## Saved entries

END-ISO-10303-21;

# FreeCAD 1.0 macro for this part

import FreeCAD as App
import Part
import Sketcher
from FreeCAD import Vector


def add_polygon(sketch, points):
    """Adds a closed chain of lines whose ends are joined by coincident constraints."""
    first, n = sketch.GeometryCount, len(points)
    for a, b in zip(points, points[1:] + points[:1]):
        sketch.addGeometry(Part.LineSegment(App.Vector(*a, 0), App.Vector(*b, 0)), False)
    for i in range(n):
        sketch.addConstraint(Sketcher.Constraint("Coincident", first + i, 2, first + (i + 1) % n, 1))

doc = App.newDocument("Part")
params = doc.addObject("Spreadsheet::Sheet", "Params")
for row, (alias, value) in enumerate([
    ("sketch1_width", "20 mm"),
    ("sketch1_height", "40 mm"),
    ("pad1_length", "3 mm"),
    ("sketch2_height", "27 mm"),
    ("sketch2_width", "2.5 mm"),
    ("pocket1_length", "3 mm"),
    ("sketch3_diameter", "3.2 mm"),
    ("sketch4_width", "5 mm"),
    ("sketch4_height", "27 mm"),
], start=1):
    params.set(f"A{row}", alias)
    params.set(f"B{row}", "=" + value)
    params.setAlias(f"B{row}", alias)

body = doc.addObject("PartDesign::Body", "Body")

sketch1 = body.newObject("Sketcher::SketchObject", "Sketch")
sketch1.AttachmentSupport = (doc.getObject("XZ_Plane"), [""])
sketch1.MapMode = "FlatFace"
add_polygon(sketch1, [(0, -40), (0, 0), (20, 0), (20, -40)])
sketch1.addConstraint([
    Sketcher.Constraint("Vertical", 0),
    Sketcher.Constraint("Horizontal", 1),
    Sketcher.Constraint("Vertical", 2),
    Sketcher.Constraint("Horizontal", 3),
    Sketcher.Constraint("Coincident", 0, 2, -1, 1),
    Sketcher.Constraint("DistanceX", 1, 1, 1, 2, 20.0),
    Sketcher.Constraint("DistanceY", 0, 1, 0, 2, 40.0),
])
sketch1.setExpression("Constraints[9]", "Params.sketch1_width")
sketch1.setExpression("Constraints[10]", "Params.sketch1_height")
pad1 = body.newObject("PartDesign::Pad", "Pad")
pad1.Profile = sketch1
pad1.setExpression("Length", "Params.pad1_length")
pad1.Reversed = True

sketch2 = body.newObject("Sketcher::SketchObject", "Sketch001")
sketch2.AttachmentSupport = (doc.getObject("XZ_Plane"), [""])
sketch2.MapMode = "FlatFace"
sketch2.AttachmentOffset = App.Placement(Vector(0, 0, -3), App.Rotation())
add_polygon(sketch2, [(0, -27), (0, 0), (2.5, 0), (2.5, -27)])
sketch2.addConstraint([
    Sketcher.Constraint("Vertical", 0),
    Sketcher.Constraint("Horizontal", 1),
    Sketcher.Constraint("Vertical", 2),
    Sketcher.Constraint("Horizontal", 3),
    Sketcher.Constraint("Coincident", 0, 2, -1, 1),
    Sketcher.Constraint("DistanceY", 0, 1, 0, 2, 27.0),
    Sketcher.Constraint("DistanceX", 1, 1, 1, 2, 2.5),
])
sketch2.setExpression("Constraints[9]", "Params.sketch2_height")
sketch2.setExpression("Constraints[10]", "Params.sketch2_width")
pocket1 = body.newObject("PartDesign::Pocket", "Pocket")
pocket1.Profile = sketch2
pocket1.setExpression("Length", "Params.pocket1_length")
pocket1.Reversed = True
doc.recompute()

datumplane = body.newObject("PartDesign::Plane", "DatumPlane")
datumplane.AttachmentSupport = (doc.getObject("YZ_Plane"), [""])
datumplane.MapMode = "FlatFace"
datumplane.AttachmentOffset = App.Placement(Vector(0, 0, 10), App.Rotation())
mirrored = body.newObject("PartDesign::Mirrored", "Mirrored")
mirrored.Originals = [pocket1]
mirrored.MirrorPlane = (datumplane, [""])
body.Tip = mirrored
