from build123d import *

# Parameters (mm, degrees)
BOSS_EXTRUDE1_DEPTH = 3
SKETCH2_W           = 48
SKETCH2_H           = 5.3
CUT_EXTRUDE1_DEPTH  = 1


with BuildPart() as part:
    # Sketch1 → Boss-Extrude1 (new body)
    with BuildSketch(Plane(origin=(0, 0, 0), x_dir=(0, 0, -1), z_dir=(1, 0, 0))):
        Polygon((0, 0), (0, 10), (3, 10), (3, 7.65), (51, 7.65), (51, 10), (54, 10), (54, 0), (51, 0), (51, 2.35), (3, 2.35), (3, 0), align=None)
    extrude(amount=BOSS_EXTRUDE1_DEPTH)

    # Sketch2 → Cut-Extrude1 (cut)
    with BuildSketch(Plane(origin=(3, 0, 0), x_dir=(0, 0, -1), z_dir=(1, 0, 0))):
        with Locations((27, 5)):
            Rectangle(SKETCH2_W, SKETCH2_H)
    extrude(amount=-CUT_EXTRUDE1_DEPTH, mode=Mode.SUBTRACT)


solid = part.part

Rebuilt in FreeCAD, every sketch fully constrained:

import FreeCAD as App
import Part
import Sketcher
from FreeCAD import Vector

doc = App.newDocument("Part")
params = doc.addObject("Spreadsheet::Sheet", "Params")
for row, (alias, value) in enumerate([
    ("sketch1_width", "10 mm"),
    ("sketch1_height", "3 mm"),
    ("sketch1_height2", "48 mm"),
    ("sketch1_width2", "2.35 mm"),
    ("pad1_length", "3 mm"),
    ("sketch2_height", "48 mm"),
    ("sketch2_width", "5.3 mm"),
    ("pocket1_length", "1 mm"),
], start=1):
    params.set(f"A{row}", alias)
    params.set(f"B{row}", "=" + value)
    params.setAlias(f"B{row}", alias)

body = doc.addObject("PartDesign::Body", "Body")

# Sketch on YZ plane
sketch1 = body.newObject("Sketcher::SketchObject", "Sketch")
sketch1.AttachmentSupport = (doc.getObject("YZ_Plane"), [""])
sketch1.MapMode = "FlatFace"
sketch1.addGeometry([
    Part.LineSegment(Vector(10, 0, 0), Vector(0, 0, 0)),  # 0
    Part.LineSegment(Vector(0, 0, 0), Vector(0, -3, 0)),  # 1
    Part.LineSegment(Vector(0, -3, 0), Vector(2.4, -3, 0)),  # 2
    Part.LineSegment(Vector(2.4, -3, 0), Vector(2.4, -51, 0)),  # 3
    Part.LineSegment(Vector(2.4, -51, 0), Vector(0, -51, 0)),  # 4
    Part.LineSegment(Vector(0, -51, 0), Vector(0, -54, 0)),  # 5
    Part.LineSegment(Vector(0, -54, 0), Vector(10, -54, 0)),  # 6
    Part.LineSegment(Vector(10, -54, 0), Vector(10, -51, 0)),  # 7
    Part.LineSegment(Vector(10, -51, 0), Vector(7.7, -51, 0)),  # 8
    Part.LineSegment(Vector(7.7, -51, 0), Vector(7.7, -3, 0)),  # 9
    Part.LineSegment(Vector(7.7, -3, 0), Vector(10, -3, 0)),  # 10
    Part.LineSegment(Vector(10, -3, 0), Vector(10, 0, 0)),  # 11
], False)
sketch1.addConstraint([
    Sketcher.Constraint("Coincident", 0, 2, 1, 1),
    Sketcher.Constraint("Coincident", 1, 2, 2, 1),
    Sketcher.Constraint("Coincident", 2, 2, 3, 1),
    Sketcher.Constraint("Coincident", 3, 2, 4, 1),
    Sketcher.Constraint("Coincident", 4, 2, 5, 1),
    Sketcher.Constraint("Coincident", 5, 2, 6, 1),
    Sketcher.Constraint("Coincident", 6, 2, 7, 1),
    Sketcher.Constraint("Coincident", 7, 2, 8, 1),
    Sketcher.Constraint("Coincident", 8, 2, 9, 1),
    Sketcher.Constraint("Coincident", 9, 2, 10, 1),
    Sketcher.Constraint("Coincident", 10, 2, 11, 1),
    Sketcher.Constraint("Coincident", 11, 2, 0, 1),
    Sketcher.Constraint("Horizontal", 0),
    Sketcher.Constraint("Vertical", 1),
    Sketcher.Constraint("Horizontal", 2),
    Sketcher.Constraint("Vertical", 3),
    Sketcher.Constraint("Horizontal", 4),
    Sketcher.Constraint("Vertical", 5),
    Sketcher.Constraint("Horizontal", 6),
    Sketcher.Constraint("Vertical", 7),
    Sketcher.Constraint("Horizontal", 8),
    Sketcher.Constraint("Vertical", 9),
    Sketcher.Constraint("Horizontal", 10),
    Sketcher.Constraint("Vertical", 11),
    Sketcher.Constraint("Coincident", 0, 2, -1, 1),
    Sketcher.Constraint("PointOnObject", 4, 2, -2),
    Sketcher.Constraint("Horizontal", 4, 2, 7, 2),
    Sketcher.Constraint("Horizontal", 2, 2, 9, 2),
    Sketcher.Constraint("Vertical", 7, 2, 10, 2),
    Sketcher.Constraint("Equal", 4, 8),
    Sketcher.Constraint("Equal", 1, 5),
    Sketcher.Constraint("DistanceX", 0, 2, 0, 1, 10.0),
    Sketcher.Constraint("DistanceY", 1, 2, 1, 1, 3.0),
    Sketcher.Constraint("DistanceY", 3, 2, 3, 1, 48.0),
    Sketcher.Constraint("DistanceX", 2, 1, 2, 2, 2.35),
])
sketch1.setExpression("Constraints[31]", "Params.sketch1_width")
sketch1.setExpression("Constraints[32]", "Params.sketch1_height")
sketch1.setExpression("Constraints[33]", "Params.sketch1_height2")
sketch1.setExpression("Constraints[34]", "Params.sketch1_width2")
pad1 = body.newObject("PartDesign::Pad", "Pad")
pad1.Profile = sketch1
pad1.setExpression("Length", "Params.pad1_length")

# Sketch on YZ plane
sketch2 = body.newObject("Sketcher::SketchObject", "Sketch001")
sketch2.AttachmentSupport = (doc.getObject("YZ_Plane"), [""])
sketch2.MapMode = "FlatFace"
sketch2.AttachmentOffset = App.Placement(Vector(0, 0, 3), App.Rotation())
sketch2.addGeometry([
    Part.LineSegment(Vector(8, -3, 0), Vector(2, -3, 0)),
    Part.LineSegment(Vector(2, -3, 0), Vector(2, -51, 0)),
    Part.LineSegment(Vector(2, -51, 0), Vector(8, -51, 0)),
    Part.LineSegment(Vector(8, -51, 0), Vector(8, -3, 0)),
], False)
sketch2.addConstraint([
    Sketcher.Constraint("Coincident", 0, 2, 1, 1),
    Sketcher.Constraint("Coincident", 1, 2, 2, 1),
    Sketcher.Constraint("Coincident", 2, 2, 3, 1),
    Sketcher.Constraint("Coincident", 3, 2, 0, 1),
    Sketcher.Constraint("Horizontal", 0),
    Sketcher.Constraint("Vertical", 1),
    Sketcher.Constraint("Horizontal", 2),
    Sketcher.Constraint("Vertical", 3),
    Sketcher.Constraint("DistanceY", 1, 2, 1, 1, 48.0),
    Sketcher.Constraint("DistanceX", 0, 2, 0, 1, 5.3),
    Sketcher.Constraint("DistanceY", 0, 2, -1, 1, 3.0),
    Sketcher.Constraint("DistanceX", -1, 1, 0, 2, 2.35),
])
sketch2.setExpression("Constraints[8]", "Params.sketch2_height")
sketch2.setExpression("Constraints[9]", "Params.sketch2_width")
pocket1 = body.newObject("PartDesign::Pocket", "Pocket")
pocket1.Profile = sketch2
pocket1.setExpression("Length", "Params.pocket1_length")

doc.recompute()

==

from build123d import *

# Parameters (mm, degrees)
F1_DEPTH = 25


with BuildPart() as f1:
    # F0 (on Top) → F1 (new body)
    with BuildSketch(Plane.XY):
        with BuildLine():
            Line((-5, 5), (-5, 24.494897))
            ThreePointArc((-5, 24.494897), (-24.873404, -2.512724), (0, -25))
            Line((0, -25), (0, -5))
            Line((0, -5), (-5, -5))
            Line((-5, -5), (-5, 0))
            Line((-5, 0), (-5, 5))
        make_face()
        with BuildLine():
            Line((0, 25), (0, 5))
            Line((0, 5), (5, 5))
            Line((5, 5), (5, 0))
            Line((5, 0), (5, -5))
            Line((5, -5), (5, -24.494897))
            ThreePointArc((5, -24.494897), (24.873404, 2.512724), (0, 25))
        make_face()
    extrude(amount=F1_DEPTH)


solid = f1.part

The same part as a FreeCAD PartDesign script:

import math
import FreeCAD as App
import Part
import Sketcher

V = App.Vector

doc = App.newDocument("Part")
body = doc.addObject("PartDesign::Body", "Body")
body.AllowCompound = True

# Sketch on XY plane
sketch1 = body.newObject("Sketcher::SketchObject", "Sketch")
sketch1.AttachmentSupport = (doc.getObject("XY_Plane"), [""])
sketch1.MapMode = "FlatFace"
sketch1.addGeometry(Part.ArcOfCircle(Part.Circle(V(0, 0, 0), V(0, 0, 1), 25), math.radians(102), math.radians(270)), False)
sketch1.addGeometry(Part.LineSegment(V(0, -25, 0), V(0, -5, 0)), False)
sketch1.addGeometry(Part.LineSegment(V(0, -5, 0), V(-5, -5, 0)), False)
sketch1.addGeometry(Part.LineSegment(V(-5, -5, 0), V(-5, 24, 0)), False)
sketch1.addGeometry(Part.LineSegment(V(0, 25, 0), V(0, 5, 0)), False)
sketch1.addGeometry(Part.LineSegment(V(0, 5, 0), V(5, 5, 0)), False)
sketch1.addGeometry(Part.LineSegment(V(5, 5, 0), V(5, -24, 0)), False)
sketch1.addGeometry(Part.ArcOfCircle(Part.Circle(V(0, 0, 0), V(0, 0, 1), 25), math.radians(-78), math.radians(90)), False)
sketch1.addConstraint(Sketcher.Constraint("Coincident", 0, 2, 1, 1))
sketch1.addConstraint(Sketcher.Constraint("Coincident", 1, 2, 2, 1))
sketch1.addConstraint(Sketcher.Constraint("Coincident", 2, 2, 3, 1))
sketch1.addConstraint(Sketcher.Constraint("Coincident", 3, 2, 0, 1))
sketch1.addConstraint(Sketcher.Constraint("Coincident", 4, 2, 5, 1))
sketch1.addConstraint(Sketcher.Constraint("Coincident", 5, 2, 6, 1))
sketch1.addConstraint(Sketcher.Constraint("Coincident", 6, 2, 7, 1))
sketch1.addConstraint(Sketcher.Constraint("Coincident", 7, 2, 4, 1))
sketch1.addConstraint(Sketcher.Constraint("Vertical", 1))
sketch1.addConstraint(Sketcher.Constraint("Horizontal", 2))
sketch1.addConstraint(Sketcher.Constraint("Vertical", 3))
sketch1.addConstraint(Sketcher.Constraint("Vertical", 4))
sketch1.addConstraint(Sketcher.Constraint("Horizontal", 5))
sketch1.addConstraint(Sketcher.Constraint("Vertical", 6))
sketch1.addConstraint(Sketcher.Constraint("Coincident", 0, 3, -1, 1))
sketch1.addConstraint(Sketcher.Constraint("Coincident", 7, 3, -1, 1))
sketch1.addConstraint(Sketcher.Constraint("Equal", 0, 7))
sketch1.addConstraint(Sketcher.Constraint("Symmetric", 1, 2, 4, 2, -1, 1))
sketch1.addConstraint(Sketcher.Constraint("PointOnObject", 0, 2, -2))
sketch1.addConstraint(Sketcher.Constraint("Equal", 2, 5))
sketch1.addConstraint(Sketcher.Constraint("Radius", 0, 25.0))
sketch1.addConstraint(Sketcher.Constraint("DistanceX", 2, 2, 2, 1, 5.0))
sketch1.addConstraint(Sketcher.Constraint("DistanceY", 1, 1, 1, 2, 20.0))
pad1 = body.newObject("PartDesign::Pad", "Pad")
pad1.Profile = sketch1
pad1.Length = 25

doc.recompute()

## Aim of the task
Search the entries for the string "Reversed". Copy every line that has it.

## Answer to this exercise
pad1.Reversed = True
pocket1.Reversed = True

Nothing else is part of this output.